Jo Reed: From the National Endowment for the Arts, this is Art Works, I’m Josephine Reed.

In honor of Veterans Day, we’re revisiting an episode of Art Works that tells the origin story of Theater of War Productions. Co-founded by classicist, translator, and now its creative director Bryan Doerries, Theater of War began with a simple yet profound concept: presenting staged readings of Sophocles' plays Ajax and Philoctetes to military communities as a means of addressing both the particular challenges veterans face and the lasting impact of war on families and relationships.  Now, with over 20 specialized programs, Theater of War Productions reaches communities worldwide, addressing not only the struggles of veterans but also broader public health and social justice issues, including addiction, racialized violence, and natural disaster. 

This 2012 conversation with Bryan Doerries returns to the beginnings of Theater of War, exploring how he recognized the healing power of Greek classics for veterans navigating challenging circumstances."  Let’s listen

Excerpt of Ajax.  

Bill Camp: Ajax, Ajax! My name is a sad song. Who would’ve thought it would someday become the sound a man makes in despair?

Adam Driver: And now I must care for incurable Ajax. His mind infected by divine madness. Caught up in thoughts he unnerves his friends as we watch his greatest acts of bravery slip through his fingers.

Jo Reed: That is Bill Camp and Adam Driver performing in Sophocles's play, Ajax. It's one of the Greek tragedies presented to active service members and veterans by Theater of War.

Welcome to Art Works, the program that goes behind the scenes with some of the nation's great artists to explore how Art Works.
I'm your host Josephine Reed.

It's often too easy to think of ancient Greek tragedy as something to endure during college—vaguely interesting but essentially dead words on a page with little to say to the living. Well, classicist and translator, Bryan Doerries is having none of that. Mindful that Sophocles was a general as well as a playwright, Doerries and other scholars hold that his military plays were written with veterans in mind as a way to help them heal from almost a full century of war. Doerries believed passionately that these ancient military tragedies would both speak to the experiences of today's service members and provide an avenue for them to share their own stories. Doerries is not just a man of vision; he's also a man of action. He went to work and the result is Theater of War.

Bryan Doerries: "Theater of War" is an innovative public health project that presents readings of Sophocles' ancient Greek tragedies about war; in particular a play called Ajax and Philoctetes to service members and veterans as a catalyst for conversations about timeless issues that service members face today, such as PTSD, suicide, and the impact of war on families and communities. The "Theater of War" is not a performance. It's not entertainment to be consumed, it's a catalyst. And its aim is to give permission to audiences, to talk about things that are very hard to talk about; to talk about stigmatized topics, and to come at it from an emotionally raw and honest place. It's really about how do we help people who've experienced the trauma of war return to our communities and heal.

Jo Reed: Where did the idea for Theater of War come from, Bryan?

Bryan Doerries: Well, I wish I could say I came up with the idea. The idea kind of came up with me. I was sort of the right guy at the right place, the right time. I studied classics in college at Kenyon College in Ohio as an undergraduate, and always believed that these ancient plays that I was studying had a larger audience to reach than the ivory tower. And when I graduated I  went on to direct some- some of my own translations of ancient Greek and Roman plays, and was sobered by the reality that there was a very small audience, if any, that was interested in ancient Greek theater. So I set out to build an audience for my plays, for my translations.

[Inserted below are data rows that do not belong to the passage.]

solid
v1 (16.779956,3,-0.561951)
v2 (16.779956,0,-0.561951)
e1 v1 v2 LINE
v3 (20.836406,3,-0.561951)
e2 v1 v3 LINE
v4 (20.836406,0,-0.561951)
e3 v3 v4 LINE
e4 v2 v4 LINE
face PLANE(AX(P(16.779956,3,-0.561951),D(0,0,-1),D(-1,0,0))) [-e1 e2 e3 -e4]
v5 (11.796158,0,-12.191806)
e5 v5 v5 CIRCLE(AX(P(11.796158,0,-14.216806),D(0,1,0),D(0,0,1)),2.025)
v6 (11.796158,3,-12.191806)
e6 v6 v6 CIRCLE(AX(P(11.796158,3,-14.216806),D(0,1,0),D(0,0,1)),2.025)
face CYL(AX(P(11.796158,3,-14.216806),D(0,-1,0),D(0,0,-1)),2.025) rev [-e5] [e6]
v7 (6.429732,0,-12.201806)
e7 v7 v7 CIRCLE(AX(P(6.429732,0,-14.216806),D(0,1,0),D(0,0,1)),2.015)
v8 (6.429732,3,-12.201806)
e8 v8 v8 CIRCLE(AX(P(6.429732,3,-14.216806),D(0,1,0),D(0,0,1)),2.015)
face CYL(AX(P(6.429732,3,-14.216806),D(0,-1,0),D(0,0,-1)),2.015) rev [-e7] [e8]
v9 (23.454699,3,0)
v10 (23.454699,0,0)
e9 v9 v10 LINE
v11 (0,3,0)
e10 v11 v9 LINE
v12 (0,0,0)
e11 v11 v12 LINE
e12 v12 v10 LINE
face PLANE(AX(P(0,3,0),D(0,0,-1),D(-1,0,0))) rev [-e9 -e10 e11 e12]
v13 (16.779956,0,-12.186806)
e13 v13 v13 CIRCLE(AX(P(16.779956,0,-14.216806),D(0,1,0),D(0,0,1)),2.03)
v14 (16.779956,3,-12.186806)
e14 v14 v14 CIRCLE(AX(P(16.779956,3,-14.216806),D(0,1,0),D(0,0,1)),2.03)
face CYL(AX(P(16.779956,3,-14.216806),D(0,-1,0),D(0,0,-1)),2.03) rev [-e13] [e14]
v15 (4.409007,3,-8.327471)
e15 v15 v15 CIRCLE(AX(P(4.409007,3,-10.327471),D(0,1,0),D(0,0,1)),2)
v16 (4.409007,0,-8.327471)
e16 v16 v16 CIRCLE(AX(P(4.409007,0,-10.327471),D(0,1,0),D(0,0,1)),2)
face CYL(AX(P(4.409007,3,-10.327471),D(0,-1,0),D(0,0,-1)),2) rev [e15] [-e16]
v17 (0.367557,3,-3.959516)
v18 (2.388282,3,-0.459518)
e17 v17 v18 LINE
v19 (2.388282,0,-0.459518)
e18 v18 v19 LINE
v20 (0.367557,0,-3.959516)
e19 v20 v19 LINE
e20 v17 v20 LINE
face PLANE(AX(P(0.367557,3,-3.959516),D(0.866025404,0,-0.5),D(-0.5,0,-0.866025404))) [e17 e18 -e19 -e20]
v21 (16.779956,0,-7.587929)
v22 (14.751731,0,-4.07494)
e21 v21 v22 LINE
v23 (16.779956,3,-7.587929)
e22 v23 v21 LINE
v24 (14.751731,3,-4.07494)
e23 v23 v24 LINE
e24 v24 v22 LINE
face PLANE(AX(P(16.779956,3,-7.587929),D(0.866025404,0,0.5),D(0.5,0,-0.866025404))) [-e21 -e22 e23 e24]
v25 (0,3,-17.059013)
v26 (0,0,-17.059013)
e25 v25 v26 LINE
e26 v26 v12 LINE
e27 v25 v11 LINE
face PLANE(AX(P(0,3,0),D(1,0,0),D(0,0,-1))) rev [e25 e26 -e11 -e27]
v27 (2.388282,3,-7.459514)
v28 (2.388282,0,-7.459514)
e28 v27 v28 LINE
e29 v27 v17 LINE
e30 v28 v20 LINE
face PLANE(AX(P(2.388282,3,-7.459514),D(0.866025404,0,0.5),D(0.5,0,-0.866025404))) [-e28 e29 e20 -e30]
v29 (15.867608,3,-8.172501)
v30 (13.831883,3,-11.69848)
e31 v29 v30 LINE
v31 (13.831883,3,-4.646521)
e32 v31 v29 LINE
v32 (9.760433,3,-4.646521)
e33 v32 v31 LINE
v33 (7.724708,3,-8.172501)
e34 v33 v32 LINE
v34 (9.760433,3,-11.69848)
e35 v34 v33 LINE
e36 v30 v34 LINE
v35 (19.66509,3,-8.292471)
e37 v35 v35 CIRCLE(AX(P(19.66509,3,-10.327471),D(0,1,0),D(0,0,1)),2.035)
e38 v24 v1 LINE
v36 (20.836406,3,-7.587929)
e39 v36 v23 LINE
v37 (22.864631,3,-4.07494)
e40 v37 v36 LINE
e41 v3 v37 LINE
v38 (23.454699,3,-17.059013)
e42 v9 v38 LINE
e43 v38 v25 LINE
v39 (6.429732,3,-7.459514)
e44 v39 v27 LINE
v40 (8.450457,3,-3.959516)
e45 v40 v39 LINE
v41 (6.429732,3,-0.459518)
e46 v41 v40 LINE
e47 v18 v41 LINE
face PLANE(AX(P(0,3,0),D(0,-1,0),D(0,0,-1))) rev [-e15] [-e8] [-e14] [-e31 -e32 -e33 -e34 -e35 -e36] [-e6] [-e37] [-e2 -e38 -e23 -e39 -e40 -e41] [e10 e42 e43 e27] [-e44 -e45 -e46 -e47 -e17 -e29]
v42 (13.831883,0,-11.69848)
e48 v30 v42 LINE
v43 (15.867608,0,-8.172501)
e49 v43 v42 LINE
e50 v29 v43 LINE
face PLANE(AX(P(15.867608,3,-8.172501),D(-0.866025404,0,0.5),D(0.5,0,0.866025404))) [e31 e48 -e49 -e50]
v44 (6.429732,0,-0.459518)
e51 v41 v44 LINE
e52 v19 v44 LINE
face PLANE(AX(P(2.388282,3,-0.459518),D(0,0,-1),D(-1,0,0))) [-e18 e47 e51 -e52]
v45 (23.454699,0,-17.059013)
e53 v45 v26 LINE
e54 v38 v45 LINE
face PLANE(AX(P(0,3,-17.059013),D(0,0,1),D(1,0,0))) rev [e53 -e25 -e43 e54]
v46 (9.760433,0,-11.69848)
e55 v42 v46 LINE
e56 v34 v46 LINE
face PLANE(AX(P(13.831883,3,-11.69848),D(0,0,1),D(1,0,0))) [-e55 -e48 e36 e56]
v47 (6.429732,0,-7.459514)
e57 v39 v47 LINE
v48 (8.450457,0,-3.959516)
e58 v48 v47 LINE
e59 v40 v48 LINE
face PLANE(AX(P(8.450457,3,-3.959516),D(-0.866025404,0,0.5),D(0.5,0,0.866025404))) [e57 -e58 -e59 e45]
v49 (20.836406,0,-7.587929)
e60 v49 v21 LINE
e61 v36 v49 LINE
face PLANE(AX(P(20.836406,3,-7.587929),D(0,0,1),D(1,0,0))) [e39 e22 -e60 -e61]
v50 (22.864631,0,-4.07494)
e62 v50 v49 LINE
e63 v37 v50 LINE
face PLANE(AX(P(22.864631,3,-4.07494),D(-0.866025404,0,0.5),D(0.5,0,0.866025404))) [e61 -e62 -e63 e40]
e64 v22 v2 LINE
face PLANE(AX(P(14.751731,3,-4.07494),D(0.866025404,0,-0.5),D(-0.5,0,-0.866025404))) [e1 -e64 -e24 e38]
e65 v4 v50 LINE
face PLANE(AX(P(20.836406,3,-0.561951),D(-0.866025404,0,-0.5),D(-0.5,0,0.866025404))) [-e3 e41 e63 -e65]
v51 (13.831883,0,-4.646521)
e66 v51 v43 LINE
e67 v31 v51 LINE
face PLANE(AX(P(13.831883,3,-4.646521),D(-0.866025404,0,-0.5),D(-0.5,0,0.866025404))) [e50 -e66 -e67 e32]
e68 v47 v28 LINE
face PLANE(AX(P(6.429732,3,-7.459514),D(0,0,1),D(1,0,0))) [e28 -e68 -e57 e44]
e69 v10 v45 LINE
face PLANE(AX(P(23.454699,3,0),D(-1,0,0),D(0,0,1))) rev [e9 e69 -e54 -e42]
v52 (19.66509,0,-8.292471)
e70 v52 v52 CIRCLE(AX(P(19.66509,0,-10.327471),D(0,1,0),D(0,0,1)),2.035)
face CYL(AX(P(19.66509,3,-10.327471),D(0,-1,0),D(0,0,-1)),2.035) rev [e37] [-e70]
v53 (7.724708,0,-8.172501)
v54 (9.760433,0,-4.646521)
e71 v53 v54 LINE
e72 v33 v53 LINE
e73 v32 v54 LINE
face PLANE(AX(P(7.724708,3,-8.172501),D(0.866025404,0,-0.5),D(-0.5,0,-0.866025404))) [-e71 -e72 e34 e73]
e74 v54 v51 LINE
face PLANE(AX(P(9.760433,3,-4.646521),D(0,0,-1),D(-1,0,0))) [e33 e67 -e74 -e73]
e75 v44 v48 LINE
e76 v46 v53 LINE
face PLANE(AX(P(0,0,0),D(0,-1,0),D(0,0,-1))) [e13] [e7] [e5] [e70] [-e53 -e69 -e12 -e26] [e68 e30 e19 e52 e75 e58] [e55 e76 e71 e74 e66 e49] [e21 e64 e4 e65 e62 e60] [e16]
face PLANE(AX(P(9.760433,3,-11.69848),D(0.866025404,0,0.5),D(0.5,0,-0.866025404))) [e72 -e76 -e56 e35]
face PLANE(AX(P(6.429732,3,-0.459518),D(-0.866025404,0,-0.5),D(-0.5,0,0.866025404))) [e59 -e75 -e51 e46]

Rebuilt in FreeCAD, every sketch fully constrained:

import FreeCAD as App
import Part
import Sketcher
Q = App.Units.Quantity


def add_polygon(sketch, points):
    """Adds a closed chain of lines whose ends are joined by coincident constraints."""
    first, n = sketch.GeometryCount, len(points)
    for a, b in zip(points, points[1:] + points[:1]):
        sketch.addGeometry(Part.LineSegment(App.Vector(*a, 0), App.Vector(*b, 0)), False)
    for i in range(n):
        sketch.addConstraint(Sketcher.Constraint("Coincident", first + i, 2, first + (i + 1) % n, 1))

doc = App.newDocument("Part")
body = doc.addObject("PartDesign::Body", "Body")

# Sketch on XZ plane
sketch1 = body.newObject("Sketcher::SketchObject", "Sketch")
sketch1.AttachmentSupport = (doc.getObject("XZ_Plane"), [""])
sketch1.MapMode = "FlatFace"
add_polygon(sketch1, [(0, -17.059013), (0, 0), (23.454699, 0), (23.454699, -17.059013)])  # lines 0-3
add_polygon(sketch1, [(2.388282, -7.459514), (6.429732, -7.459514), (8.450457, -3.959516), (6.429732, -0.459518), (2.388282, -0.459518), (0.367557, -3.959516)])  # lines 4-9
add_polygon(sketch1, [(16.779956, -7.587929), (20.836406, -7.587929), (22.864631, -4.07494), (20.836406, -0.561951), (16.779956, -0.561951), (14.751731, -4.07494)])  # lines 10-15
add_polygon(sketch1, [(9.760433, -11.69848), (13.831883, -11.69848), (15.867608, -8.172501), (13.831883, -4.646521), (9.760433, -4.646521), (7.724708, -8.172501)])  # lines 16-21
sketch1.addGeometry(Part.Circle(App.Vector(4.409007, -10.327471, 0), App.Vector(0, 0, 1), 2), False)  # 22
sketch1.addGeometry(Part.Circle(App.Vector(6.429732, -14.216806, 0), App.Vector(0, 0, 1), 2.015), False)  # 23
sketch1.addGeometry(Part.Circle(App.Vector(19.66509, -10.327471, 0), App.Vector(0, 0, 1), 2.035), False)  # 24
sketch1.addGeometry(Part.Circle(App.Vector(11.796158, -14.216806, 0), App.Vector(0, 0, 1), 2.025), False)  # 25
sketch1.addGeometry(Part.Circle(App.Vector(16.779956, -14.216806, 0), App.Vector(0, 0, 1), 2.03), False)  # 26
sketch1.addConstraint(Sketcher.Constraint("Vertical", 0))
sketch1.addConstraint(Sketcher.Constraint("Horizontal", 1))
sketch1.addConstraint(Sketcher.Constraint("Vertical", 2))
sketch1.addConstraint(Sketcher.Constraint("Horizontal", 3))
sketch1.addConstraint(Sketcher.Constraint("Horizontal", 4))
sketch1.addConstraint(Sketcher.Constraint("Horizontal", 7))
sketch1.addConstraint(Sketcher.Constraint("Horizontal", 10))
sketch1.addConstraint(Sketcher.Constraint("Horizontal", 13))
sketch1.addConstraint(Sketcher.Constraint("Horizontal", 16))
sketch1.addConstraint(Sketcher.Constraint("Horizontal", 19))
sketch1.addConstraint(Sketcher.Constraint("Coincident", 0, 2, -1, 1))
sketch1.addConstraint(Sketcher.Constraint("Parallel", 5, 8))
sketch1.addConstraint(Sketcher.Constraint("Parallel", 6, 9))
sketch1.addConstraint(Sketcher.Constraint("Parallel", 8, 11))
sketch1.addConstraint(Sketcher.Constraint("Parallel", 9, 12))
sketch1.addConstraint(Sketcher.Constraint("Parallel", 11, 14))
sketch1.addConstraint(Sketcher.Constraint("Parallel", 12, 15))
sketch1.addConstraint(Sketcher.Constraint("Parallel", 14, 17))
sketch1.addConstraint(Sketcher.Constraint("Parallel", 15, 18))
sketch1.addConstraint(Sketcher.Constraint("Parallel", 17, 20))
sketch1.addConstraint(Sketcher.Constraint("Parallel", 18, 21))
sketch1.addConstraint(Sketcher.Constraint("Horizontal", 22, 3, 24, 3))
sketch1.addConstraint(Sketcher.Constraint("Horizontal", 23, 3, 25, 3))
sketch1.addConstraint(Sketcher.Constraint("Horizontal", 25, 3, 26, 3))
sketch1.addConstraint(Sketcher.Constraint("Horizontal", 5, 2, 8, 2))
sketch1.addConstraint(Sketcher.Constraint("Horizontal", 11, 2, 14, 2))
sketch1.addConstraint(Sketcher.Constraint("Horizontal", 17, 2, 20, 2))
sketch1.addConstraint(Sketcher.Constraint("Vertical", 23, 3, 4, 2))
sketch1.addConstraint(Sketcher.Constraint("Vertical", 4, 2, 6, 2))
sketch1.addConstraint(Sketcher.Constraint("Vertical", 7, 2, 9, 2))
sketch1.addConstraint(Sketcher.Constraint("Vertical", 10, 2, 12, 2))
sketch1.addConstraint(Sketcher.Constraint("Vertical", 26, 3, 13, 2))
sketch1.addConstraint(Sketcher.Constraint("Vertical", 16, 2, 18, 2))
sketch1.addConstraint(Sketcher.Constraint("Diameter", 22, Q("4 mm")))
sketch1.addConstraint(Sketcher.Constraint("Diameter", 23, Q("4.03 mm")))
sketch1.addConstraint(Sketcher.Constraint("Diameter", 24, Q("4.07 mm")))
sketch1.addConstraint(Sketcher.Constraint("Diameter", 25, Q("4.05 mm")))
sketch1.addConstraint(Sketcher.Constraint("Diameter", 26, Q("4.06 mm")))
sketch1.addConstraint(Sketcher.Constraint("Angle", 5, Q("60 deg")))
sketch1.addConstraint(Sketcher.Constraint("DistanceY", 4, 2, 5, 2, Q("3.499998 mm")))
sketch1.addConstraint(Sketcher.Constraint("DistanceX", 1, 1, 1, 2, Q("23.454699 mm")))
sketch1.addConstraint(Sketcher.Constraint("DistanceX", 4, 1, 4, 2, Q("4.04145 mm")))
sketch1.addConstraint(Sketcher.Constraint("DistanceX", 10, 1, 10, 2, Q("4.05645 mm")))
sketch1.addConstraint(Sketcher.Constraint("DistanceX", 16, 1, 16, 2, Q("4.07145 mm")))
sketch1.addConstraint(Sketcher.Constraint("DistanceY", 17, 2, -1, 1, Q("8.172501 mm")))
sketch1.addConstraint(Sketcher.Constraint("DistanceY", 3, 2, 4, 2, Q("9.599498 mm")))
sketch1.addConstraint(Sketcher.Constraint("DistanceX", 5, 2, 25, 3, Q("3.345701 mm")))
sketch1.addConstraint(Sketcher.Constraint("DistanceX", 5, 2, 13, 2, Q("8.329499 mm")))
sketch1.addConstraint(Sketcher.Constraint("DistanceX", 4, 2, 19, 2, Q("3.330701 mm")))
sketch1.addConstraint(Sketcher.Constraint("DistanceX", 22, 3, 20, 2, Q("3.315701 mm")))
sketch1.addConstraint(Sketcher.Constraint("Distance", 11, Q("4.05645 mm")))
sketch1.addConstraint(Sketcher.Constraint("Distance", 17, Q("4.07145 mm")))
sketch1.addConstraint(Sketcher.Constraint("DistanceY", 0, 1, 0, 2, Q("17.059013 mm")))
sketch1.addConstraint(Sketcher.Constraint("DistanceY", 22, 3, -1, 1, Q("10.327471 mm")))
sketch1.addConstraint(Sketcher.Constraint("DistanceX", -1, 1, 24, 3, Q("19.66509 mm")))
sketch1.addConstraint(Sketcher.Constraint("DistanceX", -1, 1, 25, 3, Q("11.796158 mm")))
sketch1.addConstraint(Sketcher.Constraint("DistanceY", 10, 2, -1, 1, Q("7.587929 mm")))
sketch1.addConstraint(Sketcher.Constraint("DistanceY", 23, 3, 4, 2, Q("6.757292 mm")))
pad1 = body.newObject("PartDesign::Pad", "Pad")
pad1.Profile = sketch1
pad1.Length = 3
pad1.Reversed = True

doc.recompute()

Jo Reed: But what made you think service members in particular would be receptive to these plays?

Bryan Doerries: In the 2006/2007 range when the first real wave of reports of service members and veterans returning from the wars in Iraq and Afghanistan were beginning to hit the front pages of papers, stories in which many of our veterans were not receiving the medical care they needed, or stories or homicides, or suicides, or domestic violence, the killing sprees, stories of depression, and stories that comes back from any war, when I started to read these in the newspaper I began to hear echoes and see lines in the stories that seemed like they could be ripped from Sophocles' plays. And that's where I started to get the idea. I thought if I can put my translations of ancient Greek plays in front of military audiences, something might be unlocked in the plays, and something might be unlocked by the plays in the audiences.

Jo Reed:  Bryan, you chose to present two plays by Sophocles: Ajax and Philoctetes.  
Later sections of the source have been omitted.